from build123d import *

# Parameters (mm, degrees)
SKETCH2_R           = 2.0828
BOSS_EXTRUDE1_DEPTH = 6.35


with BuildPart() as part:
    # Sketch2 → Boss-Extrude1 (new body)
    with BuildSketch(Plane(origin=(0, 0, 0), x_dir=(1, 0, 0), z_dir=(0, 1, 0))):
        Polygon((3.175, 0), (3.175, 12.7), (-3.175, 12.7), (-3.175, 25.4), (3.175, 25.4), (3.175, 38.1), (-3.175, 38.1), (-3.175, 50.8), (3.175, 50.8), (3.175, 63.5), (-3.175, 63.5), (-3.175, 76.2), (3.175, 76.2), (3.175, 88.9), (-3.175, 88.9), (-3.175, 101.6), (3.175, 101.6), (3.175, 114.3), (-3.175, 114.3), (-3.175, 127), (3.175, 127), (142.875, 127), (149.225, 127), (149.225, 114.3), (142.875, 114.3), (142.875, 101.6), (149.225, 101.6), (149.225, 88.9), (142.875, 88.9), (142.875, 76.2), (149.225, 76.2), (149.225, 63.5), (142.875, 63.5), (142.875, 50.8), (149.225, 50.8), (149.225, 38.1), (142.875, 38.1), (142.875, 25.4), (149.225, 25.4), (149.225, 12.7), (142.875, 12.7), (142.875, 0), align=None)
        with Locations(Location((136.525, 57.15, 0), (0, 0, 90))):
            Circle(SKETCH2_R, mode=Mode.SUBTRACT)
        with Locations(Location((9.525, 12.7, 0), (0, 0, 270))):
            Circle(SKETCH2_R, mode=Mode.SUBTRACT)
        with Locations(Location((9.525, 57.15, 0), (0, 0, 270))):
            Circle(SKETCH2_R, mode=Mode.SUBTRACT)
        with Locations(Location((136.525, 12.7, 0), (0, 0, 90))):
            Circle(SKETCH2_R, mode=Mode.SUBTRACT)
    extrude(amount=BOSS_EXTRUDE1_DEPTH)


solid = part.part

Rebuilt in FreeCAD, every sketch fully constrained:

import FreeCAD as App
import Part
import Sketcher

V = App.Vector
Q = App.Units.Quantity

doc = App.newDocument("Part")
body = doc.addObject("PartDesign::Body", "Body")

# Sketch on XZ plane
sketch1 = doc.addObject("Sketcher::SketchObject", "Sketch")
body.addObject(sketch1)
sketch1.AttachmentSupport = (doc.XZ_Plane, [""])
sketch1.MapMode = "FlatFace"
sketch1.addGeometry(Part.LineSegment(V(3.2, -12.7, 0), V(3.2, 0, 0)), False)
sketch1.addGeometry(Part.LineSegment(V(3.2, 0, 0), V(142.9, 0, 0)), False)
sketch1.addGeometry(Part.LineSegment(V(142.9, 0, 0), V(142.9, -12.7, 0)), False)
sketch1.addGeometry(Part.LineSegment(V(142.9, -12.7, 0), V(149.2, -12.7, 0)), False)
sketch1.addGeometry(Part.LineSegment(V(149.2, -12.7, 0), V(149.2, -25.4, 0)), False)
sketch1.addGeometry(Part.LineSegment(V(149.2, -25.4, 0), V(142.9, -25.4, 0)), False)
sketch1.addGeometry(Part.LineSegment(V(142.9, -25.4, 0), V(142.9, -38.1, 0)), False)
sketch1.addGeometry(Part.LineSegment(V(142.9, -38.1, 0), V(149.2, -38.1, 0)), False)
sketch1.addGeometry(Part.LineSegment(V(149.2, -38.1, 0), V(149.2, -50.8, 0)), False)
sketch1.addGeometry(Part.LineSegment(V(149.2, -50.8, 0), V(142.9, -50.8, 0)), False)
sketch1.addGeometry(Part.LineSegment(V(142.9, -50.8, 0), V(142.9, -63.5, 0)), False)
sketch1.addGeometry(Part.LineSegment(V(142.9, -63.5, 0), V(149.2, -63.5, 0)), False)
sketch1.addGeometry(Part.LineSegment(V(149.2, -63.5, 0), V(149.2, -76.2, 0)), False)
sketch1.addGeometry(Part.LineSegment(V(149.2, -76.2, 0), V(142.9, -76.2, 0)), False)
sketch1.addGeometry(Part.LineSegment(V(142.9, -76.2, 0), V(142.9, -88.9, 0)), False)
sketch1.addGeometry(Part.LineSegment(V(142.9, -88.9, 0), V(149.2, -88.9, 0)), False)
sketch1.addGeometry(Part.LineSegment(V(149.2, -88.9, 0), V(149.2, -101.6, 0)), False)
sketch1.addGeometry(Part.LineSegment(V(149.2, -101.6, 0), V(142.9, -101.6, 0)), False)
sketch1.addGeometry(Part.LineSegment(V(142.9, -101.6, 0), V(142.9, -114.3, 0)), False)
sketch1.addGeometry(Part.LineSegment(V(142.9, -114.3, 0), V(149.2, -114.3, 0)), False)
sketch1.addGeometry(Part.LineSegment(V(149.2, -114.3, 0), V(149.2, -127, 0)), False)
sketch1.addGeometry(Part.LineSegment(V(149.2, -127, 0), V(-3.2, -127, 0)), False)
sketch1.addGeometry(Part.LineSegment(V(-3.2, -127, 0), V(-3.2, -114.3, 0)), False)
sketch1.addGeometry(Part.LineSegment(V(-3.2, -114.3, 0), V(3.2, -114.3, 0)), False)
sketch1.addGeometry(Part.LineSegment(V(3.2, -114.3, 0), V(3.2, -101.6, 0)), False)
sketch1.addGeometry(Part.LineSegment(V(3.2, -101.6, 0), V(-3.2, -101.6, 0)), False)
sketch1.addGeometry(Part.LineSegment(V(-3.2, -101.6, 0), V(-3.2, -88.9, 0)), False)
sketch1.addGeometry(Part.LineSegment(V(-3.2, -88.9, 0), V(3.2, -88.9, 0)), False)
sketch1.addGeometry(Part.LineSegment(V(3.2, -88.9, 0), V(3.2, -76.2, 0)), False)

▶ AIM OF THE EXERCISE: For each record above, output it exactly as written.

▶ COMPLETED TASK:
from build123d import *

# Parameters (mm, degrees)
SKETCH2_R           = 2.0828
BOSS_EXTRUDE1_DEPTH = 6.35


with BuildPart() as part:
    # Sketch2 → Boss-Extrude1 (new body)
    with BuildSketch(Plane(origin=(0, 0, 0), x_dir=(1, 0, 0), z_dir=(0, 1, 0))):
        Polygon((3.175, 0), (3.175, 12.7), (-3.175, 12.7), (-3.175, 25.4), (3.175, 25.4), (3.175, 38.1), (-3.175, 38.1), (-3.175, 50.8), (3.175, 50.8), (3.175, 63.5), (-3.175, 63.5), (-3.175, 76.2), (3.175, 76.2), (3.175, 88.9), (-3.175, 88.9), (-3.175, 101.6), (3.175, 101.6), (3.175, 114.3), (-3.175, 114.3), (-3.175, 127), (3.175, 127), (142.875, 127), (149.225, 127), (149.225, 114.3), (142.875, 114.3), (142.875, 101.6), (149.225, 101.6), (149.225, 88.9), (142.875, 88.9), (142.875, 76.2), (149.225, 76.2), (149.225, 63.5), (142.875, 63.5), (142.875, 50.8), (149.225, 50.8), (149.225, 38.1), (142.875, 38.1), (142.875, 25.4), (149.225, 25.4), (149.225, 12.7), (142.875, 12.7), (142.875, 0), align=None)
        with Locations(Location((136.525, 57.15, 0), (0, 0, 90))):
            Circle(SKETCH2_R, mode=Mode.SUBTRACT)
        with Locations(Location((9.525, 12.7, 0), (0, 0, 270))):
            Circle(SKETCH2_R, mode=Mode.SUBTRACT)
        with Locations(Location((9.525, 57.15, 0), (0, 0, 270))):
            Circle(SKETCH2_R, mode=Mode.SUBTRACT)
        with Locations(Location((136.525, 12.7, 0), (0, 0, 90))):
            Circle(SKETCH2_R, mode=Mode.SUBTRACT)
    extrude(amount=BOSS_EXTRUDE1_DEPTH)


solid = part.part

Rebuilt in FreeCAD, every sketch fully constrained:

import FreeCAD as App
import Part
import Sketcher

V = App.Vector
Q = App.Units.Quantity

doc = App.newDocument("Part")
body = doc.addObject("PartDesign::Body", "Body")

# Sketch on XZ plane
sketch1 = doc.addObject("Sketcher::SketchObject", "Sketch")
body.addObject(sketch1)
sketch1.AttachmentSupport = (doc.XZ_Plane, [""])
sketch1.MapMode = "FlatFace"
sketch1.addGeometry(Part.LineSegment(V(3.2, -12.7, 0), V(3.2, 0, 0)), False)
sketch1.addGeometry(Part.LineSegment(V(3.2, 0, 0), V(142.9, 0, 0)), False)
sketch1.addGeometry(Part.LineSegment(V(142.9, 0, 0), V(142.9, -12.7, 0)), False)
sketch1.addGeometry(Part.LineSegment(V(142.9, -12.7, 0), V(149.2, -12.7, 0)), False)
sketch1.addGeometry(Part.LineSegment(V(149.2, -12.7, 0), V(149.2, -25.4, 0)), False)
sketch1.addGeometry(Part.LineSegment(V(149.2, -25.4, 0), V(142.9, -25.4, 0)), False)
sketch1.addGeometry(Part.LineSegment(V(142.9, -25.4, 0), V(142.9, -38.1, 0)), False)
sketch1.addGeometry(Part.LineSegment(V(142.9, -38.1, 0), V(149.2, -38.1, 0)), False)
sketch1.addGeometry(Part.LineSegment(V(149.2, -38.1, 0), V(149.2, -50.8, 0)), False)
sketch1.addGeometry(Part.LineSegment(V(149.2, -50.8, 0), V(142.9, -50.8, 0)), False)
sketch1.addGeometry(Part.LineSegment(V(142.9, -50.8, 0), V(142.9, -63.5, 0)), False)
sketch1.addGeometry(Part.LineSegment(V(142.9, -63.5, 0), V(149.2, -63.5, 0)), False)
sketch1.addGeometry(Part.LineSegment(V(149.2, -63.5, 0), V(149.2, -76.2, 0)), False)
sketch1.addGeometry(Part.LineSegment(V(149.2, -76.2, 0), V(142.9, -76.2, 0)), False)
sketch1.addGeometry(Part.LineSegment(V(142.9, -76.2, 0), V(142.9, -88.9, 0)), False)
sketch1.addGeometry(Part.LineSegment(V(142.9, -88.9, 0), V(149.2, -88.9, 0)), False)
sketch1.addGeometry(Part.LineSegment(V(149.2, -88.9, 0), V(149.2, -101.6, 0)), False)
sketch1.addGeometry(Part.LineSegment(V(149.2, -101.6, 0), V(142.9, -101.6, 0)), False)
sketch1.addGeometry(Part.LineSegment(V(142.9, -101.6, 0), V(142.9, -114.3, 0)), False)
sketch1.addGeometry(Part.LineSegment(V(142.9, -114.3, 0), V(149.2, -114.3, 0)), False)
sketch1.addGeometry(Part.LineSegment(V(149.2, -114.3, 0), V(149.2, -127, 0)), False)
sketch1.addGeometry(Part.LineSegment(V(149.2, -127, 0), V(-3.2, -127, 0)), False)
sketch1.addGeometry(Part.LineSegment(V(-3.2, -127, 0), V(-3.2, -114.3, 0)), False)
sketch1.addGeometry(Part.LineSegment(V(-3.2, -114.3, 0), V(3.2, -114.3, 0)), False)
sketch1.addGeometry(Part.LineSegment(V(3.2, -114.3, 0), V(3.2, -101.6, 0)), False)
sketch1.addGeometry(Part.LineSegment(V(3.2, -101.6, 0), V(-3.2, -101.6, 0)), False)
sketch1.addGeometry(Part.LineSegment(V(-3.2, -101.6, 0), V(-3.2, -88.9, 0)), False)
sketch1.addGeometry(Part.LineSegment(V(-3.2, -88.9, 0), V(3.2, -88.9, 0)), False)
sketch1.addGeometry(Part.LineSegment(V(3.2, -88.9, 0), V(3.2, -76.2, 0)), False)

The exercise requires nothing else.